Tout à coup, quelque chose d’étrange se passe. Il y a une boule d’énergie devant moi, juste devant ma poitrine. Je ne la vois pas, je ressens juste la force avec laquelle elle repousse mon corps vers l’arrière et mes membres vers l’extérieur. Cette sensation me fascine et je n’ai aucun mal à me concentrer sur elle. Je ne vois même plus le noir de mes paupières. Je n’ai plus qu’un seul de mes cinq sens, j’ai choisi le toucher, et je suis une surface d’échange entre moi et cette force dont je commence à percevoir la présence.

Il est 8h23. Comment je le sais ? Aucune idée. Je n’ai même pas la curiosité d’ouvrir les yeux pour vérifier. Pas tant parce que cela briserait mon éveil mais surtout parce que je n’ai pas besoin de vérifier. Il est 8h23, c’est tout.

Il y a d’autres choses que je sais, sans comprendre comment. Quelque chose flotte près de moi, qui me protège des agressions extérieures. Je prends plaisir à être ancrée dans l’instant. Je me sens capable de rester très longtemps ainsi, car c’est juste vivre, ce n’est pas si difficile. Et ce, même si j’ai mal au dos je crois, mais je ne le sens pas, j’ai mal à la jambe droite aussi, enfin mon cerveau essaye de me dire des choses, mais ce sont comme des cris étouffés par un mur anti-bruit. Cause toujours, corps, tu m’intéresses. Ma colonne me dit, uniquement dans un souci de perfection, que mon dos n’est pas exactement droit. Je penche un peu à gauche mais il n’y a qu’en restant immobile aussi longtemps qu’on peut le percevoir. Bon, je m’en remettrai. Je sais qu’il est 8h32.

Ma peau est si offerte à l’air, si sensible, que je sens le vent qui vient de la fenêtre. Je visualise ce souffle et c’est lui, mon amour, mon Aurélien, qui me caresse dans le cou. En temps normal, je me serais dit que c’était mal, cette image, que c’était malsain et masochiste. Pourquoi au juste. Je me suis même autorisée à bouger les lèvres pour sourire. J’accueille. Je sais qu’il est 8h39.


Ma montre ne devrait pas tarder à sonner pour me tirer de ma stase. C’est ainsi, les meilleures choses doivent prendre fin pour que l’on ait conscience de leur réalité.

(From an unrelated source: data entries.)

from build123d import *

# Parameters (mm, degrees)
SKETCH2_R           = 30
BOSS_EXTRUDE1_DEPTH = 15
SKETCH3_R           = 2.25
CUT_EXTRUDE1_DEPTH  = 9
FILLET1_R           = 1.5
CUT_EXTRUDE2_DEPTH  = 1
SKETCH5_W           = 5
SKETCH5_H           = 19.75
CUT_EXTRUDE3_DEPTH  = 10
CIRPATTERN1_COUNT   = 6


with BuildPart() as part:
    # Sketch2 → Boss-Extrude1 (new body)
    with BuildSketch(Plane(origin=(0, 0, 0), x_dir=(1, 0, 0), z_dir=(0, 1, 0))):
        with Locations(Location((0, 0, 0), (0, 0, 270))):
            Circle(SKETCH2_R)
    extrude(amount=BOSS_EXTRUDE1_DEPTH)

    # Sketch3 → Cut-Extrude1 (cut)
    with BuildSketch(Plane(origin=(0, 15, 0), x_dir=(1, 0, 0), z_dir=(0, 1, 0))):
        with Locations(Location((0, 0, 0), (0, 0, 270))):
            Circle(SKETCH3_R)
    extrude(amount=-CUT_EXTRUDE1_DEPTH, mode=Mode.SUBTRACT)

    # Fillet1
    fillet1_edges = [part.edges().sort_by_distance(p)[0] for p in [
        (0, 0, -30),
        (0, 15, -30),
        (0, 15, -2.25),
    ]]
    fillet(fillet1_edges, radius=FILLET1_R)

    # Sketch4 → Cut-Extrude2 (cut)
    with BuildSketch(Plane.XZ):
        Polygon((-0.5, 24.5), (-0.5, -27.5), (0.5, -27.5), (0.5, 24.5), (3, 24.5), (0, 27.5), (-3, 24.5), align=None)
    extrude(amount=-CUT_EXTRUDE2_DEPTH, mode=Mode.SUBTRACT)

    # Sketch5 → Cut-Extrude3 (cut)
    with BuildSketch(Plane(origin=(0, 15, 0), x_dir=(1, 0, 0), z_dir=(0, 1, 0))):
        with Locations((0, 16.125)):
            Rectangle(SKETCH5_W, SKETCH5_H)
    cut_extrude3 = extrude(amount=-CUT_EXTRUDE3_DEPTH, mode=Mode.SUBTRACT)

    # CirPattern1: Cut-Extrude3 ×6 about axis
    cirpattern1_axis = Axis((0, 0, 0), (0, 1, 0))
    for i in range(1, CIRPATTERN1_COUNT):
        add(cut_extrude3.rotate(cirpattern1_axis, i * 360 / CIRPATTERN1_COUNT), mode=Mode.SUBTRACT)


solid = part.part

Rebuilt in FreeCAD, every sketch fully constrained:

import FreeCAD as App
import Part
import Sketcher

V = App.Vector
Q = App.Units.Quantity


def edges_at(feature, points):
    """Names of the edges that pass closest to the given points."""
    edges = feature.Shape.Edges
    near = lambda p: min(range(len(edges)), key=lambda i: edges[i].distToShape(Part.Vertex(*p))[0])
    return sorted({f"Edge{near(p) + 1}" for p in points})

doc = App.newDocument("Part")
params = doc.addObject("Spreadsheet::Sheet", "Params")
for row, (alias, value) in enumerate([
    ("sketch1_diameter", "60 mm"),
    ("pad1_length", "15 mm"),
    ("sketch2_diameter", "4.5 mm"),
    ("pocket1_length", "9 mm"),
    ("fillet_radius", "1.5 mm"),
    ("sketch3_width", "1 mm"),
    ("sketch3_height", "52 mm"),
    ("sketch3_width2", "2.5 mm"),
    ("pocket2_length", "1 mm"),
    ("sketch4_width", "5 mm"),
    ("sketch4_height", "19.75 mm"),
    ("pocket3_length", "10 mm"),
], start=1):
    params.set(f"A{row}", alias)
    params.set(f"B{row}", "=" + value)
    params.setAlias(f"B{row}", alias)

body = doc.addObject("PartDesign::Body", "Body")

# Sketch on XZ plane
sketch1 = doc.addObject("Sketcher::SketchObject", "Sketch")
body.addObject(sketch1)
sketch1.AttachmentSupport = (doc.XZ_Plane, [""])
sketch1.MapMode = "FlatFace"
sketch1.addGeometry(Part.Circle(V(0, 0, 0), V(0, 0, 1), 30), False)
sketch1.addConstraint([
    Sketcher.Constraint("Coincident", 0, 3, -1, 1),
    Sketcher.Constraint("Diameter", 0, Q("60 mm")),
])
sketch1.setExpression("Constraints[1]", "Params.sketch1_diameter")
pad1 = doc.addObject("PartDesign::Pad", "Pad")
body.addObject(pad1)
pad1.Profile = sketch1
pad1.setExpression("Length", "Params.pad1_length")
pad1.Reversed = True

# Sketch on XZ plane
sketch2 = doc.addObject("Sketcher::SketchObject", "Sketch001")
body.addObject(sketch2)
sketch2.AttachmentSupport = (doc.XZ_Plane, [""])
sketch2.MapMode = "FlatFace"
sketch2.AttachmentOffset = App.Placement(V(0, 0, -15), App.Rotation())
sketch2.addGeometry(Part.Circle(V(0, 0, 0), V(0, 0, 1), 2.2), False)
sketch2.addConstraint([
    Sketcher.Constraint("Coincident", 0, 3, -1, 1),
    Sketcher.Constraint("Diameter", 0, Q("4.5 mm")),
])
sketch2.setExpression("Constraints[1]", "Params.sketch2_diameter")
pocket1 = doc.addObject("PartDesign::Pocket", "Pocket")
body.addObject(pocket1)
pocket1.Profile = sketch2
pocket1.setExpression("Length", "Params.pocket1_length")
pocket1.Reversed = True
doc.recompute()

fillet = doc.addObject("PartDesign::Fillet", "Fillet")
body.addObject(fillet)
fillet.Base = (pocket1, edges_at(pocket1, [(0, 0, -30), (0, 15, -30), (0, 15, -2.25)]))
fillet.setExpression("Radius", "Params.fillet_radius")

# Sketch on XZ plane
sketch3 = doc.addObject("Sketcher::SketchObject", "Sketch002")
body.addObject(sketch3)
sketch3.AttachmentSupport = (doc.XZ_Plane, [""])
sketch3.MapMode = "FlatFace"
sketch3.addGeometry([
    Part.LineSegment(V(-0.5, 24.5, 0), V(-0.5, -27.5, 0)),  # 0
    Part.LineSegment(V(-0.5, -27.5, 0), V(0.5, -27.5, 0)),  # 1
    Part.LineSegment(V(0.5, -27.5, 0), V(0.5, 24.5, 0)),  # 2
    Part.LineSegment(V(0.5, 24.5, 0), V(3, 24.5, 0)),  # 3
    Part.LineSegment(V(3, 24.5, 0), V(0, 27.5, 0)),  # 4
    Part.LineSegment(V(0, 27.5, 0), V(-3, 24.5, 0)),  # 5
    Part.LineSegment(V(-3, 24.5, 0), V(-0.5, 24.5, 0)),  # 6
], False)
sketch3.addConstraint([
    Sketcher.Constraint("Coincident", 0, 2, 1, 1),
    Sketcher.Constraint("Coincident", 1, 2, 2, 1),
    Sketcher.Constraint("Coincident", 2, 2, 3, 1),
    Sketcher.Constraint("Coincident", 3, 2, 4, 1),
    Sketcher.Constraint("Coincident", 4, 2, 5, 1),
    Sketcher.Constraint("Coincident", 5, 2, 6, 1),
    Sketcher.Constraint("Coincident", 6, 2, 0, 1),
    Sketcher.Constraint("Vertical", 0),
    Sketcher.Constraint("Horizontal", 1),
    Sketcher.Constraint("Vertical", 2),
    Sketcher.Constraint("Horizontal", 3),
    Sketcher.Constraint("Horizontal", 6),
    Sketcher.Constraint("Symmetric", 3, 2, 5, 2, -2),
    Sketcher.Constraint("PointOnObject", 4, 2, -2),
    Sketcher.Constraint("Perpendicular", 4, 5),
    Sketcher.Constraint("Equal", 3, 6),
    Sketcher.Constraint("DistanceX", 1, 1, 1, 2, Q("1 mm")),
    Sketcher.Constraint("DistanceY", 0, 2, 0, 1, Q("52 mm")),
    Sketcher.Constraint("DistanceX", 3, 1, 3, 2, Q("2.5 mm")),
    Sketcher.Constraint("DistanceY", 0, 2, -1, 1, Q("27.5 mm")),
])
sketch3.setExpression("Constraints[16]", "Params.sketch3_width")
sketch3.setExpression("Constraints[17]", "Params.sketch3_height")
sketch3.setExpression("Constraints[18]", "Params.sketch3_width2")
pocket2 = doc.addObject("PartDesign::Pocket", "Pocket001")
body.addObject(pocket2)
pocket2.Profile = sketch3
pocket2.setExpression("Length", "Params.pocket2_length")

# Sketch on XZ plane
sketch4 = doc.addObject("Sketcher::SketchObject", "Sketch003")
body.addObject(sketch4)
sketch4.AttachmentSupport = (doc.XZ_Plane, [""])
sketch4.MapMode = "FlatFace"
sketch4.AttachmentOffset = App.Placement(V(0, 0, -15), App.Rotation())
sketch4.addGeometry([
    Part.LineSegment(V(-2, -26, 0), V(-2, -6, 0)),
    Part.LineSegment(V(-2, -6, 0), V(2, -6, 0)),
    Part.LineSegment(V(2, -6, 0), V(2, -26, 0)),
    Part.LineSegment(V(2, -26, 0), V(-2, -26, 0)),
], False)
sketch4.addConstraint([
    Sketcher.Constraint("Coincident", 0, 2, 1, 1),
    Sketcher.Constraint("Coincident", 1, 2, 2, 1),
    Sketcher.Constraint("Coincident", 2, 2, 3, 1),
    Sketcher.Constraint("Coincident", 3, 2, 0, 1),
    Sketcher.Constraint("Vertical", 0),
    Sketcher.Constraint("Horizontal", 1),
    Sketcher.Constraint("Vertical", 2),
    Sketcher.Constraint("Horizontal", 3),
    Sketcher.Constraint("DistanceX", 1, 1, 1, 2, Q("5 mm")),
    Sketcher.Constraint("DistanceY", 2, 2, -1, 1, Q("26 mm")),
    Sketcher.Constraint("DistanceY", 0, 1, 0, 2, Q("19.75 mm")),
    Sketcher.Constraint("DistanceX", 0, 2, -1, 1, Q("2.5 mm")),
])
sketch4.setExpression("Constraints[8]", "Params.sketch4_width")
sketch4.setExpression("Constraints[10]", "Params.sketch4_height")
pocket3 = doc.addObject("PartDesign::Pocket", "Pocket002")
body.addObject(pocket3)
pocket3.Profile = sketch4
pocket3.setExpression("Length", "Params.pocket3_length")
pocket3.Reversed = True
doc.recompute()

polarpattern = doc.addObject("PartDesign::PolarPattern", "PolarPattern")
body.addObject(polarpattern)
polarpattern.Originals = [pocket3]
polarpattern.Axis = (doc.Y_Axis, [""])
polarpattern.Angle = 360
polarpattern.Occurrences = 6
body.Tip = polarpattern

doc.recompute()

J’ai déjà hâte d’écrire à ce sujet. Je ne me suis pas autorisée à compter mais à partir du moment où j’ai su que c’était l’heure, il a dû s’écouler au maximum trois ou quatre secondes.

Bip, bip, bip. La matière, mon corps engourdi. Aïe ! Je déplie les jambes devant moi et là, eh bien, je n’arrive plus à bouger la droite. Du tout. Je la pose à terre, elle me soutient mais elle m’est aussi étrangère que si c’était une prothèse en bois. Je la masse pendant dix, quinze, vingt secondes. J’ai même eu le temps de penser « et si je ne la récupérais jamais ? ». Mais si, clairement, je vais la récupérer, j’arrive à bouger un peu les orteils de nouveau. Uma Thurman dans Kill Bill, en lutte avec la matière. Le sang qui circule de nouveau dans ma cuisse, ma jambe, mon pied, je ressens tout. Ça fait un mal de chien ! Note pour plus tard : choisir une position plus adaptée, surtout si je compte tenir plus longtemps. Mais bon sang, que je me sens vivante !

L’après-midi, je me balade avec Angelo sur le bord de mer. Un peu comme avec Soddy, j’ai tout de suite accroché avec ce petit bout d’homme. Nous sommes devenus très complices.

Ce voyage est en train de profondément me changer.